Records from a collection
BEGIN

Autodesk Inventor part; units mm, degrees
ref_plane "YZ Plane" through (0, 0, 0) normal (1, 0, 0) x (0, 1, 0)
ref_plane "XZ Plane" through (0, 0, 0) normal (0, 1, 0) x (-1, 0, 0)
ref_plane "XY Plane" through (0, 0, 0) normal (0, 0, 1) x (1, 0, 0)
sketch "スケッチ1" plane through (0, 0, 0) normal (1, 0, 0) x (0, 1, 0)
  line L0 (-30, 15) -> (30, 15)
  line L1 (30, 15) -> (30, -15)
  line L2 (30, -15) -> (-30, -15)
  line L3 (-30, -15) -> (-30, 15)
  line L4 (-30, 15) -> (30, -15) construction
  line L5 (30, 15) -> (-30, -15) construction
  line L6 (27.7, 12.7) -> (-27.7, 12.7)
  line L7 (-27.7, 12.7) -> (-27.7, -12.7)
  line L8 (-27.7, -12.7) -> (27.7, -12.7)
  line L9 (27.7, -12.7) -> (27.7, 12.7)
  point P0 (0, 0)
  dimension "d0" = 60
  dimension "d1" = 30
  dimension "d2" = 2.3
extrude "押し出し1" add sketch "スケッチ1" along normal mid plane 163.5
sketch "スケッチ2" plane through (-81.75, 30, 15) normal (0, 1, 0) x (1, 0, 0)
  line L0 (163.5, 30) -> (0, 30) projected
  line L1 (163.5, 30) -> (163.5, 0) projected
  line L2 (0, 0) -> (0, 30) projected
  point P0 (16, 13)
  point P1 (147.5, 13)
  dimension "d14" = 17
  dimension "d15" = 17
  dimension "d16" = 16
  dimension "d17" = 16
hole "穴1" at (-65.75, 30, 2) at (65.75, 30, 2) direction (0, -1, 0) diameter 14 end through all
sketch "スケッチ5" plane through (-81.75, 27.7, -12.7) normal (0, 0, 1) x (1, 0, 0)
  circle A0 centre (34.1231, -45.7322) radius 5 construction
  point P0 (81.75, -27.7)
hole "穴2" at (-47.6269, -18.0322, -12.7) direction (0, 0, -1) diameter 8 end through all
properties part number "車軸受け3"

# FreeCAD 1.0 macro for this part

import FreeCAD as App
import Part
import Sketcher
from FreeCAD import Vector

doc = App.newDocument("Part")
body = doc.addObject("PartDesign::Body", "Body")

# Sketch on YZ plane
sketch1 = body.newObject("Sketcher::SketchObject", "Sketch")
sketch1.AttachmentSupport = (doc.getObject("YZ_Plane"), [""])
sketch1.MapMode = "FlatFace"
sketch1.addGeometry([
    Part.LineSegment(Vector(30, 15, 0), Vector(-30, 15, 0)),  # 0
    Part.LineSegment(Vector(-30, 15, 0), Vector(-30, -15, 0)),  # 1
    Part.LineSegment(Vector(-30, -15, 0), Vector(30, -15, 0)),  # 2
    Part.LineSegment(Vector(30, -15, 0), Vector(30, 15, 0)),  # 3
    Part.LineSegment(Vector(-28, 13, 0), Vector(28, 13, 0)),  # 4
    Part.LineSegment(Vector(28, 13, 0), Vector(28, -13, 0)),  # 5
    Part.LineSegment(Vector(28, -13, 0), Vector(-28, -13, 0)),  # 6
    Part.LineSegment(Vector(-28, -13, 0), Vector(-28, 13, 0)),  # 7
], False)
sketch1.addConstraint([
    Sketcher.Constraint("Coincident", 0, 2, 1, 1),
    Sketcher.Constraint("Coincident", 1, 2, 2, 1),
    Sketcher.Constraint("Coincident", 2, 2, 3, 1),
    Sketcher.Constraint("Coincident", 3, 2, 0, 1),
    Sketcher.Constraint("Coincident", 4, 2, 5, 1),
    Sketcher.Constraint("Coincident", 5, 2, 6, 1),
    Sketcher.Constraint("Coincident", 6, 2, 7, 1),
    Sketcher.Constraint("Coincident", 7, 2, 4, 1),
    Sketcher.Constraint("Horizontal", 0),
    Sketcher.Constraint("Vertical", 1),
    Sketcher.Constraint("Horizontal", 2),
    Sketcher.Constraint("Vertical", 3),
    Sketcher.Constraint("Horizontal", 4),
    Sketcher.Constraint("Vertical", 5),
    Sketcher.Constraint("Horizontal", 6),
    Sketcher.Constraint("Vertical", 7),
    Sketcher.Constraint("Symmetric", 0, 2, 2, 2, -1, 1),
    Sketcher.Constraint("Symmetric", 4, 2, 6, 2, -1, 1),
    Sketcher.Constraint("DistanceX", 0, 2, 0, 1, 60.0),
    Sketcher.Constraint("DistanceY", 1, 2, 1, 1, 30.0),
    Sketcher.Constraint("DistanceX", 4, 2, 3, 2, 2.3),
    Sketcher.Constraint("DistanceY", 4, 2, 3, 2, 2.3),
])
pad1 = body.newObject("PartDesign::Pad", "Pad")
pad1.Profile = sketch1
pad1.Length = 163.5
pad1.Midplane = True

# Sketch on XZ plane
sketch2 = body.newObject("Sketcher::SketchObject", "Sketch001")
sketch2.AttachmentSupport = (doc.getObject("XZ_Plane"), [""])
sketch2.MapMode = "FlatFace"
sketch2.AttachmentOffset = App.Placement(Vector(0, 0, -30), App.Rotation())
sketch2.addGeometry([
    Part.Circle(Vector(-66, 2, 0), Vector(0, 0, 1), 7),
    Part.Circle(Vector(66, 2, 0), Vector(0, 0, 1), 7),
], False)
sketch2.addConstraint([
    Sketcher.Constraint("Equal", 0, 1),
    Sketcher.Constraint("Symmetric", 0, 3, 1, 3, -2),
    Sketcher.Constraint("Diameter", 0, 14.0),
    Sketcher.Constraint("DistanceY", -1, 1, 0, 3, 2.0),
    Sketcher.Constraint("DistanceX", 0, 3, 1, 3, 131.5),
])
doc.recompute()
hole = body.newObject("PartDesign::Hole", "Hole")
hole.Profile = sketch2
hole.ThreadType = "None"
hole.Diameter = 14
hole.DepthType = "ThroughAll"
hole.Reversed = True

# Sketch on XY plane
sketch3 = body.newObject("Sketcher::SketchObject", "Sketch002")
sketch3.AttachmentSupport = (doc.getObject("XY_Plane"), [""])
sketch3.MapMode = "FlatFace"
sketch3.AttachmentOffset = App.Placement(Vector(0, 0, -12.7), App.Rotation())
sketch3.addGeometry(Part.Circle(Vector(-47.6, -18, 0), Vector(0, 0, 1), 4), False)
sketch3.addConstraint([
    Sketcher.Constraint("Diameter", 0, 8.0),
    Sketcher.Constraint("DistanceX", 0, 3, -1, 1, 47.627),
    Sketcher.Constraint("DistanceY", 0, 3, -1, 1, 18.0322),
])
doc.recompute()
hole2 = body.newObject("PartDesign::Hole", "Hole001")
hole2.Profile = sketch3
hole2.ThreadType = "None"
hole2.Diameter = 8
hole2.DepthType = "ThroughAll"

doc.recompute()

END

▶ [Problem details]
Could you write out exactly the lines above, starting at the first one and ending with the line that has "0) normal (0, 0, 1)"?

▶ [Task solution]
Autodesk Inventor part; units mm, degrees
ref_plane "YZ Plane" through (0, 0, 0) normal (1, 0, 0) x (0, 1, 0)
ref_plane "XZ Plane" through (0, 0, 0) normal (0, 1, 0) x (-1, 0, 0)
ref_plane "XY Plane" through (0, 0, 0) normal (0, 0, 1) x (1, 0, 0)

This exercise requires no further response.